▶ **The data**:
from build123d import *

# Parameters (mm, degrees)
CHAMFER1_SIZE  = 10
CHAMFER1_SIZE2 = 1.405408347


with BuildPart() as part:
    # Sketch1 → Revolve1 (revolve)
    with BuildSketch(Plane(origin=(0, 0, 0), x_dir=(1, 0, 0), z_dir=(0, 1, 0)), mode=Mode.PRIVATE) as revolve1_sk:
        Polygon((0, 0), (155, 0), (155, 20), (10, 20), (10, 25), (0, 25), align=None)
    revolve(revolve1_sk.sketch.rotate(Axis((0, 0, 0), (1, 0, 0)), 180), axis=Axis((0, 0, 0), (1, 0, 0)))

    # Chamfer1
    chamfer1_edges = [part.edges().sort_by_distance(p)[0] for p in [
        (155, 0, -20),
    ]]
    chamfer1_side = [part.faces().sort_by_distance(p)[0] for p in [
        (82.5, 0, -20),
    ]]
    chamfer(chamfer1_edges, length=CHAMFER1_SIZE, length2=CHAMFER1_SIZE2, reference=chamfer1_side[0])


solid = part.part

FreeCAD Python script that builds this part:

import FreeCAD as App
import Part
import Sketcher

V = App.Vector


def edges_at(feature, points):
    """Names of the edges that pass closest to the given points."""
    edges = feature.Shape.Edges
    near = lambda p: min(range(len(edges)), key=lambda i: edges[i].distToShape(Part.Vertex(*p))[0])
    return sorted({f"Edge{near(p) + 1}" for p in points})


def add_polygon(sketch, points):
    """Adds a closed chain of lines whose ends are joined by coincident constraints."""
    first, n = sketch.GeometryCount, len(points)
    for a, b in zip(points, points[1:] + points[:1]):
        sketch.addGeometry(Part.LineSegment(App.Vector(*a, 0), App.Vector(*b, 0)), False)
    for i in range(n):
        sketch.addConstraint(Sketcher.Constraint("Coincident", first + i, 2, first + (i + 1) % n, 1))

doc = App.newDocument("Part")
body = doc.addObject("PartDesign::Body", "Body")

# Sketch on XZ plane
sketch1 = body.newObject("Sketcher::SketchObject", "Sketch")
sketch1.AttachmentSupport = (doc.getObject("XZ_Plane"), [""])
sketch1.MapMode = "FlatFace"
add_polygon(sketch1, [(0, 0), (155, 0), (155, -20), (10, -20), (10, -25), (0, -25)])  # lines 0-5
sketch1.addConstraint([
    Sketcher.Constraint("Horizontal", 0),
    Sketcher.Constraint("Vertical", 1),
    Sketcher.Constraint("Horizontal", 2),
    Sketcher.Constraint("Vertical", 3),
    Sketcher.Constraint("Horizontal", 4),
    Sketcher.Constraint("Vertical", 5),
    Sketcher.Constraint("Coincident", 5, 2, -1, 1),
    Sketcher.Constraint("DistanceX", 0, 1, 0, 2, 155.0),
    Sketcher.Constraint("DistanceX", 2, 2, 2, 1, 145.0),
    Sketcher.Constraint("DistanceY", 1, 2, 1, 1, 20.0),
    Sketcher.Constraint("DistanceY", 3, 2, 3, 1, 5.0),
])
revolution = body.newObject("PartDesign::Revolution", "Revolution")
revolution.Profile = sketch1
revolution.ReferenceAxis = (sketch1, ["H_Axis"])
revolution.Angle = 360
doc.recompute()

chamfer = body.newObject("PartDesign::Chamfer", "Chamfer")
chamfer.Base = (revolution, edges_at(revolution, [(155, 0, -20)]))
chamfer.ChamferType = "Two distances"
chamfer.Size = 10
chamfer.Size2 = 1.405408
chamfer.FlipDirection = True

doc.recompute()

▶ **Work to complete**:
Each line of the material should be echoed exactly.

▶ **Response below**:
from build123d import *

# Parameters (mm, degrees)
CHAMFER1_SIZE  = 10
CHAMFER1_SIZE2 = 1.405408347


with BuildPart() as part:
    # Sketch1 → Revolve1 (revolve)
    with BuildSketch(Plane(origin=(0, 0, 0), x_dir=(1, 0, 0), z_dir=(0, 1, 0)), mode=Mode.PRIVATE) as revolve1_sk:
        Polygon((0, 0), (155, 0), (155, 20), (10, 20), (10, 25), (0, 25), align=None)
    revolve(revolve1_sk.sketch.rotate(Axis((0, 0, 0), (1, 0, 0)), 180), axis=Axis((0, 0, 0), (1, 0, 0)))

    # Chamfer1
    chamfer1_edges = [part.edges().sort_by_distance(p)[0] for p in [
        (155, 0, -20),
    ]]
    chamfer1_side = [part.faces().sort_by_distance(p)[0] for p in [
        (82.5, 0, -20),
    ]]
    chamfer(chamfer1_edges, length=CHAMFER1_SIZE, length2=CHAMFER1_SIZE2, reference=chamfer1_side[0])


solid = part.part

FreeCAD Python script that builds this part:

import FreeCAD as App
import Part
import Sketcher

V = App.Vector


def edges_at(feature, points):
    """Names of the edges that pass closest to the given points."""
    edges = feature.Shape.Edges
    near = lambda p: min(range(len(edges)), key=lambda i: edges[i].distToShape(Part.Vertex(*p))[0])
    return sorted({f"Edge{near(p) + 1}" for p in points})


def add_polygon(sketch, points):
    """Adds a closed chain of lines whose ends are joined by coincident constraints."""
    first, n = sketch.GeometryCount, len(points)
    for a, b in zip(points, points[1:] + points[:1]):
        sketch.addGeometry(Part.LineSegment(App.Vector(*a, 0), App.Vector(*b, 0)), False)
    for i in range(n):
        sketch.addConstraint(Sketcher.Constraint("Coincident", first + i, 2, first + (i + 1) % n, 1))

doc = App.newDocument("Part")
body = doc.addObject("PartDesign::Body", "Body")

# Sketch on XZ plane
sketch1 = body.newObject("Sketcher::SketchObject", "Sketch")
sketch1.AttachmentSupport = (doc.getObject("XZ_Plane"), [""])
sketch1.MapMode = "FlatFace"
add_polygon(sketch1, [(0, 0), (155, 0), (155, -20), (10, -20), (10, -25), (0, -25)])  # lines 0-5
sketch1.addConstraint([
    Sketcher.Constraint("Horizontal", 0),
    Sketcher.Constraint("Vertical", 1),
    Sketcher.Constraint("Horizontal", 2),
    Sketcher.Constraint("Vertical", 3),
    Sketcher.Constraint("Horizontal", 4),
    Sketcher.Constraint("Vertical", 5),
    Sketcher.Constraint("Coincident", 5, 2, -1, 1),
    Sketcher.Constraint("DistanceX", 0, 1, 0, 2, 155.0),
    Sketcher.Constraint("DistanceX", 2, 2, 2, 1, 145.0),
    Sketcher.Constraint("DistanceY", 1, 2, 1, 1, 20.0),
    Sketcher.Constraint("DistanceY", 3, 2, 3, 1, 5.0),
])
revolution = body.newObject("PartDesign::Revolution", "Revolution")
revolution.Profile = sketch1
revolution.ReferenceAxis = (sketch1, ["H_Axis"])
revolution.Angle = 360
doc.recompute()

chamfer = body.newObject("PartDesign::Chamfer", "Chamfer")
chamfer.Base = (revolution, edges_at(revolution, [(155, 0, -20)]))
chamfer.ChamferType = "Two distances"
chamfer.Size = 10
chamfer.Size2 = 1.405408
chamfer.FlipDirection = True

doc.recompute()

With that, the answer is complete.